Long-term considerations and adaptations
The full impact of the Autumn Budget 2024 will unfold over time, and small businesses will need to adopt strategies to mitigate these challenges. For instance, firms could focus on enhancing productivity to offset wage and tax increases. This might involve investing in digital tools, training programs, or more efficient business processes, all of which can reduce costs and improve service delivery.

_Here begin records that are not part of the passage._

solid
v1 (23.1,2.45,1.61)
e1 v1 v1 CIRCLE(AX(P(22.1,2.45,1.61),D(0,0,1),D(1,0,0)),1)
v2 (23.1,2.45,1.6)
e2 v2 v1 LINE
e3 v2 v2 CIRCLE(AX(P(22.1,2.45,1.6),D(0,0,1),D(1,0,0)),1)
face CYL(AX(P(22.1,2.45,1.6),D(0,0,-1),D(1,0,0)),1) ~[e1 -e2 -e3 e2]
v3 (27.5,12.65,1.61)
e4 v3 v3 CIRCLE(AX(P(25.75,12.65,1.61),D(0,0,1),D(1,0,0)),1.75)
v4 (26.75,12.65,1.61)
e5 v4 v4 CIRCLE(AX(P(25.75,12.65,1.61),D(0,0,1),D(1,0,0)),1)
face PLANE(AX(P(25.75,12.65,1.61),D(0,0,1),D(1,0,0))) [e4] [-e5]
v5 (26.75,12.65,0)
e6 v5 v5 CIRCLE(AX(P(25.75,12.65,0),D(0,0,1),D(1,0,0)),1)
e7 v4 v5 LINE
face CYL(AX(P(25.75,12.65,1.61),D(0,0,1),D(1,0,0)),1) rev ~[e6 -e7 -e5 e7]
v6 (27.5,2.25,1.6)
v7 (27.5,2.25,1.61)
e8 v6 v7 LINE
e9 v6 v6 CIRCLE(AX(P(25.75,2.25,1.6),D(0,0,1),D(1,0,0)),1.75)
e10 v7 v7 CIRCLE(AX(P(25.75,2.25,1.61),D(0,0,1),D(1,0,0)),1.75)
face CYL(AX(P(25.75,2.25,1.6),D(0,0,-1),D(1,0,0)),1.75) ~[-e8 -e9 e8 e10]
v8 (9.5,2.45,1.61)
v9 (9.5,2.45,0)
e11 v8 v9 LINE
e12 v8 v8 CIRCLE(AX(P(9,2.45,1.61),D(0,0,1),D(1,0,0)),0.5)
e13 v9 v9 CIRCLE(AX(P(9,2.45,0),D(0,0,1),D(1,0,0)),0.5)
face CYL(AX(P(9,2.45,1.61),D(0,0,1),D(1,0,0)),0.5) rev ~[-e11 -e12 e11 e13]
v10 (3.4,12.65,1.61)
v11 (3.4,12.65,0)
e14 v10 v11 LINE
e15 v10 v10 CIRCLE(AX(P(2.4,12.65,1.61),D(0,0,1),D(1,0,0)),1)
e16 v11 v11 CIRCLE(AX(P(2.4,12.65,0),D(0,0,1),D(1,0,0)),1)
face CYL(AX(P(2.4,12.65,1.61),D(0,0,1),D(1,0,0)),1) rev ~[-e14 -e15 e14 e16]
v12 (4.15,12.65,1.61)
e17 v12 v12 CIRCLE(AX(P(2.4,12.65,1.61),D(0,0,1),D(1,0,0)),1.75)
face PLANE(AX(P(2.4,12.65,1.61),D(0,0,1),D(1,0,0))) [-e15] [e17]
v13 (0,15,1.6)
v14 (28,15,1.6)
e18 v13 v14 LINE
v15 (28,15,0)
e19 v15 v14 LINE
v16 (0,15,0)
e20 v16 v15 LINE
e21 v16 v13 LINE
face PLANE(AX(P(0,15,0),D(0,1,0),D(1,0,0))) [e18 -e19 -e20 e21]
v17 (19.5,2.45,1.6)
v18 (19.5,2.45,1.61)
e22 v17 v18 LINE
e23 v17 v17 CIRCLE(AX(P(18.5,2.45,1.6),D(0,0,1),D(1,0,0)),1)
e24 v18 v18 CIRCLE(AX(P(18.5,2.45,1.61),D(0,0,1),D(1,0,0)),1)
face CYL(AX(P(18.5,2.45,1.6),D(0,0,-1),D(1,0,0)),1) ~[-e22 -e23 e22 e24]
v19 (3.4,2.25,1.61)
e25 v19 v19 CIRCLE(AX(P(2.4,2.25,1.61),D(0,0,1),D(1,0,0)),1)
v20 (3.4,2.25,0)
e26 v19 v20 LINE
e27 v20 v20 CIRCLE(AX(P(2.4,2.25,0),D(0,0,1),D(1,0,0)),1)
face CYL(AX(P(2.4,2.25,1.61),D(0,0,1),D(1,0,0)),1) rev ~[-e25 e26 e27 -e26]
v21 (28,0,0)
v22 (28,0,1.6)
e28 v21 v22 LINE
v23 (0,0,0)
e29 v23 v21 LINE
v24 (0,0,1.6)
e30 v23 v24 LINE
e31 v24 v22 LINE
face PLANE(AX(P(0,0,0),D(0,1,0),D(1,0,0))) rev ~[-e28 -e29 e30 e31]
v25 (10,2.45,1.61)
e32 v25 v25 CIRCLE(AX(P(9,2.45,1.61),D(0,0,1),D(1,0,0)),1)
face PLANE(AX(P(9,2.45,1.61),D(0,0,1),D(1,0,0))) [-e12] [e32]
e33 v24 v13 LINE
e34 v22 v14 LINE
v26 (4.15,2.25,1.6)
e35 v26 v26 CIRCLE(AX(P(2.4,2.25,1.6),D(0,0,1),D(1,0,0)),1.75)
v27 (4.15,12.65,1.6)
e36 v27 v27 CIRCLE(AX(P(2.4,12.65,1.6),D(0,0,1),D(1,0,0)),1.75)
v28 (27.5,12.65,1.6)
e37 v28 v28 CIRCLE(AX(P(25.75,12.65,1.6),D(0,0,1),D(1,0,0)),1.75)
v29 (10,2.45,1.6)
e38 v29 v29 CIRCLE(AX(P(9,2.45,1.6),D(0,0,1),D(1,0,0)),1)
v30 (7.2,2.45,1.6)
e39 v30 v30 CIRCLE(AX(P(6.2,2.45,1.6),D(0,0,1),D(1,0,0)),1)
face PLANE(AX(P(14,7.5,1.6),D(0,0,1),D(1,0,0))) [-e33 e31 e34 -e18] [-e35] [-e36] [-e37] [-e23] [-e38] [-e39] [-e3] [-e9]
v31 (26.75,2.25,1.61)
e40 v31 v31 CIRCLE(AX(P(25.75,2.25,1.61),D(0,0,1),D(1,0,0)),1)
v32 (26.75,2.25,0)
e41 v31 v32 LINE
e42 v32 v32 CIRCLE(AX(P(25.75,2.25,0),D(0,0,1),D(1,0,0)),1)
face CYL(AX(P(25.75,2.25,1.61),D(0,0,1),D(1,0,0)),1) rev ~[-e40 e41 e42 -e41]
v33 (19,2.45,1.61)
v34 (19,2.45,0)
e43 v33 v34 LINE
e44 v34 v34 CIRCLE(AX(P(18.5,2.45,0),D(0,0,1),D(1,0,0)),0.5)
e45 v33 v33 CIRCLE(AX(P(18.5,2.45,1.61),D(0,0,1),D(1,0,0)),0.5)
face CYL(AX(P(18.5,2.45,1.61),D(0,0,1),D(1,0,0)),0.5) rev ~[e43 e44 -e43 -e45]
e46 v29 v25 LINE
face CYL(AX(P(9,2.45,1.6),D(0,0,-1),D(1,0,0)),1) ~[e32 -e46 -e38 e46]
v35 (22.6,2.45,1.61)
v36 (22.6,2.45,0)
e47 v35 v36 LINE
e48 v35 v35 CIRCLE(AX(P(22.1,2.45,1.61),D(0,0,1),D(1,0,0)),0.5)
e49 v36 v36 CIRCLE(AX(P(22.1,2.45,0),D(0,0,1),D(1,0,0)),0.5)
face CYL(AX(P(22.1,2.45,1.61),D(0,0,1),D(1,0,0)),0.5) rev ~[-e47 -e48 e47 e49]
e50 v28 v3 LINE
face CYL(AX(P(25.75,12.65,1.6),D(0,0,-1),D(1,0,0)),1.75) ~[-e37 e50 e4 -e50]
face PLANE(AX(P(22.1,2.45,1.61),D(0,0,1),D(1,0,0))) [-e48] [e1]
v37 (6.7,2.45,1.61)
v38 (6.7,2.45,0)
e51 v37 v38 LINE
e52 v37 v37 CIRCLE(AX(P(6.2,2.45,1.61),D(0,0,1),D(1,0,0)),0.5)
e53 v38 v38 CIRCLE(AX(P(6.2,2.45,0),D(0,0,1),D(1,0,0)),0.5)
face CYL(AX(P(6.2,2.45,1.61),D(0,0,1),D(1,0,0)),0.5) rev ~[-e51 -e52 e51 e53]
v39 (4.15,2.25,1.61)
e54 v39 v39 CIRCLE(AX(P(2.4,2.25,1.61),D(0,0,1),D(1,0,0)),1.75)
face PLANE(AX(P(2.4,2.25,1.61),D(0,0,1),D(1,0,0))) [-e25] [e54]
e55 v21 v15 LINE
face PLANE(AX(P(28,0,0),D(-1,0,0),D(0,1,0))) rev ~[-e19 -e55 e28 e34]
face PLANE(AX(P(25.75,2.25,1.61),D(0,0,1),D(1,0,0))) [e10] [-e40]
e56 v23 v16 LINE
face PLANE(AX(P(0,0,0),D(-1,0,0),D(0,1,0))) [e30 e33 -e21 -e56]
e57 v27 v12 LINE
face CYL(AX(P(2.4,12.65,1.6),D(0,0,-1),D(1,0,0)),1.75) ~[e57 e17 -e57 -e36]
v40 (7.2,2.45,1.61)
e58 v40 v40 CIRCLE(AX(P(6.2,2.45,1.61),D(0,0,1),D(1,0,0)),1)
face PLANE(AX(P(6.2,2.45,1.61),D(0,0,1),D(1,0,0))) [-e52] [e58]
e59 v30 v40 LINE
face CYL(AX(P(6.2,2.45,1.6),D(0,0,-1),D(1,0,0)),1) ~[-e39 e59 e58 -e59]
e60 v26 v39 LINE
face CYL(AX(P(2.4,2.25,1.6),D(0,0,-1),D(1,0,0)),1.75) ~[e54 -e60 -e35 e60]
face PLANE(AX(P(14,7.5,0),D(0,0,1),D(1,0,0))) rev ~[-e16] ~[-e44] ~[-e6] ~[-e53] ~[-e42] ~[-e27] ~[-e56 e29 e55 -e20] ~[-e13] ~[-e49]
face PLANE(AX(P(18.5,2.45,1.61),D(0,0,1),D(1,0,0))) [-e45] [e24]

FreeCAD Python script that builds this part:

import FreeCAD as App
import Part
import Sketcher

V = App.Vector

doc = App.newDocument("Part")
body = doc.addObject("PartDesign::Body", "Body")

sketch1 = body.newObject("Sketcher::SketchObject", "Sketch")
sketch1.AttachmentSupport = (doc.getObject("XY_Plane"), [""])
sketch1.MapMode = "FlatFace"
sketch1.addGeometry([
    Part.LineSegment(V(0, 15, 0), V(0, 0, 0)),
    Part.LineSegment(V(0, 0, 0), V(28, 0, 0)),
    Part.LineSegment(V(28, 0, 0), V(28, 15, 0)),
    Part.LineSegment(V(28, 15, 0), V(0, 15, 0)),
], False)
sketch1.addConstraint([
    Sketcher.Constraint("Coincident", 0, 2, 1, 1),
    Sketcher.Constraint("Coincident", 1, 2, 2, 1),
    Sketcher.Constraint("Coincident", 2, 2, 3, 1),
    Sketcher.Constraint("Coincident", 3, 2, 0, 1),
    Sketcher.Constraint("Vertical", 0),
    Sketcher.Constraint("Horizontal", 1),
    Sketcher.Constraint("Vertical", 2),
    Sketcher.Constraint("Horizontal", 3),
    Sketcher.Constraint("Coincident", 0, 2, -1, 1),
    Sketcher.Constraint("DistanceX", 1, 1, 1, 2, 28.0),
    Sketcher.Constraint("DistanceY", 0, 2, 0, 1, 15.0),
])
pad1 = body.newObject("PartDesign::Pad", "Pad")
pad1.Profile = sketch1
pad1.Length = 1.6

sketch2 = body.newObject("Sketcher::SketchObject", "Sketch001")
sketch2.AttachmentSupport = (doc.getObject("XY_Plane"), [""])
sketch2.MapMode = "FlatFace"
sketch2.AttachmentOffset = App.Placement(V(0, 0, 1.6), App.Rotation())
sketch2.addGeometry([
    Part.Circle(V(2.4, 2.25, 0), V(0, 0, 1), 1.75),
    Part.Circle(V(25.75, 2.25, 0), V(0, 0, 1), 1.75),
    Part.Circle(V(2.4, 12.65, 0), V(0, 0, 1), 1.75),
    Part.Circle(V(25.75, 12.65, 0), V(0, 0, 1), 1.75),
    Part.Circle(V(6.2, 2.45, 0), V(0, 0, 1), 1),
    Part.Circle(V(9, 2.45, 0), V(0, 0, 1), 1),
    Part.Circle(V(18.5, 2.45, 0), V(0, 0, 1), 1),
    Part.Circle(V(22.1, 2.45, 0), V(0, 0, 1), 1),
], False)
sketch2.addConstraint([
    Sketcher.Constraint("Equal", 0, 1),
    Sketcher.Constraint("Equal", 1, 2),
    Sketcher.Constraint("Equal", 2, 3),
    Sketcher.Constraint("Equal", 4, 5),
    Sketcher.Constraint("Equal", 5, 6),
    Sketcher.Constraint("Equal", 6, 7),
    Sketcher.Constraint("Horizontal", 0, 3, 1, 3),
    Sketcher.Constraint("Horizontal", 2, 3, 3, 3),
    Sketcher.Constraint("Horizontal", 4, 3, 5, 3),
    Sketcher.Constraint("Horizontal", 5, 3, 6, 3),
    Sketcher.Constraint("Horizontal", 6, 3, 7, 3),
    Sketcher.Constraint("Vertical", 0, 3, 2, 3),
    Sketcher.Constraint("Vertical", 1, 3, 3, 3),
    Sketcher.Constraint("Diameter", 4, 2.0),
    Sketcher.Constraint("Diameter", 0, 3.5),
    Sketcher.Constraint("DistanceX", -1, 1, 5, 3, 9.0),
    Sketcher.Constraint("DistanceX", -1, 1, 0, 3, 2.4),
    Sketcher.Constraint("DistanceX", -1, 1, 4, 3, 6.2),
    Sketcher.Constraint("DistanceX", -1, 1, 6, 3, 18.5),
    Sketcher.Constraint("DistanceX", -1, 1, 7, 3, 22.1),
    Sketcher.Constraint("DistanceY", 0, 3, 2, 3, 10.4),
    Sketcher.Constraint("DistanceY", 0, 3, 4, 3, 0.2),
    Sketcher.Constraint("DistanceY", -1, 1, 0, 3, 2.25),
    Sketcher.Constraint("DistanceX", -1, 1, 1, 3, 25.75),
])
pad2 = body.newObject("PartDesign::Pad", "Pad001")
pad2.Profile = sketch2
pad2.Length = 0.01

sketch3 = body.newObject("Sketcher::SketchObject", "Sketch002")
sketch3.AttachmentSupport = (doc.getObject("XY_Plane"), [""])
sketch3.MapMode = "FlatFace"
sketch3.AttachmentOffset = App.Placement(V(0, 0, 1.61), App.Rotation())
sketch3.addGeometry([
    Part.Circle(V(2.4, 2.25, 0), V(0, 0, 1), 1),
    Part.Circle(V(2.4, 12.65, 0), V(0, 0, 1), 1),
    Part.Circle(V(25.75, 12.65, 0), V(0, 0, 1), 1),
    Part.Circle(V(25.75, 2.25, 0), V(0, 0, 1), 1),
    Part.Circle(V(6.2, 2.45, 0), V(0, 0, 1), 0.5),
    Part.Circle(V(9, 2.45, 0), V(0, 0, 1), 0.5),
    Part.Circle(V(18.5, 2.45, 0), V(0, 0, 1), 0.5),
    Part.Circle(V(22.1, 2.45, 0), V(0, 0, 1), 0.5),
], False)
sketch3.addConstraint([
    Sketcher.Constraint("Equal", 0, 1),
    Sketcher.Constraint("Equal", 1, 2),
    Sketcher.Constraint("Equal", 2, 3),
    Sketcher.Constraint("Equal", 4, 5),
    Sketcher.Constraint("Equal", 5, 6),
    Sketcher.Constraint("Equal", 6, 7),
    Sketcher.Constraint("Horizontal", 1, 3, 2, 3),
    Sketcher.Constraint("Horizontal", 0, 3, 3, 3),
    Sketcher.Constraint("Horizontal", 4, 3, 5, 3),
    Sketcher.Constraint("Horizontal", 5, 3, 6, 3),
    Sketcher.Constraint("Horizontal", 6, 3, 7, 3),
    Sketcher.Constraint("Vertical", 0, 3, 1, 3),
    Sketcher.Constraint("Vertical", 2, 3, 3, 3),
    Sketcher.Constraint("Diameter", 0, 2.0),
    Sketcher.Constraint("Diameter", 4, 1.0),
    Sketcher.Constraint("DistanceX", -1, 1, 5, 3, 9.0),
    Sketcher.Constraint("DistanceX", -1, 1, 0, 3, 2.4),
    Sketcher.Constraint("DistanceX", -1, 1, 4, 3, 6.2),
    Sketcher.Constraint("DistanceX", -1, 1, 6, 3, 18.5),
    Sketcher.Constraint("DistanceX", -1, 1, 7, 3, 22.1),
    Sketcher.Constraint("DistanceY", 0, 3, 1, 3, 10.4),
    Sketcher.Constraint("DistanceY", 0, 3, 4, 3, 0.2),
    Sketcher.Constraint("DistanceY", -1, 1, 0, 3, 2.25),
    Sketcher.Constraint("DistanceX", -1, 1, 2, 3, 25.75),
])
pocket1 = body.newObject("PartDesign::Pocket", "Pocket")
pocket1.Profile = sketch3
pocket1.Type = "ThroughAll"

doc.recompute()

Furthermore, collaboration among small businesses could become more important. Many small firms already rely on partnerships to share costs and expertise, and the pressures introduced by the Budget might accelerate this trend. For example, shared workspaces, joint marketing initiatives, or cooperative purchasing agreements could help businesses remain competitive and manage costs. Women, in particular, can access support in building their business at Women’s Business Club.
Government support, such as access to low-interest loans or grants for innovation and productivity-enhancing projects, will be crucial in helping small businesses navigate these changes. Policymakers may also consider extending targeted tax reliefs for sectors that are particularly affected, such as retail and hospitality.
The Autumn Budget 2024 presents a mixed picture for small businesses in the UK. While the Budget’s intent is to stabilise public finances, the increase in NICs, capital gains tax, and minimum wage have introduced new costs and challenges for small businesses, many of which are still grappling with the impacts of the pandemic and inflation. In response, small businesses may need to innovate, streamline operations, and build resilience to withstand these financial pressures.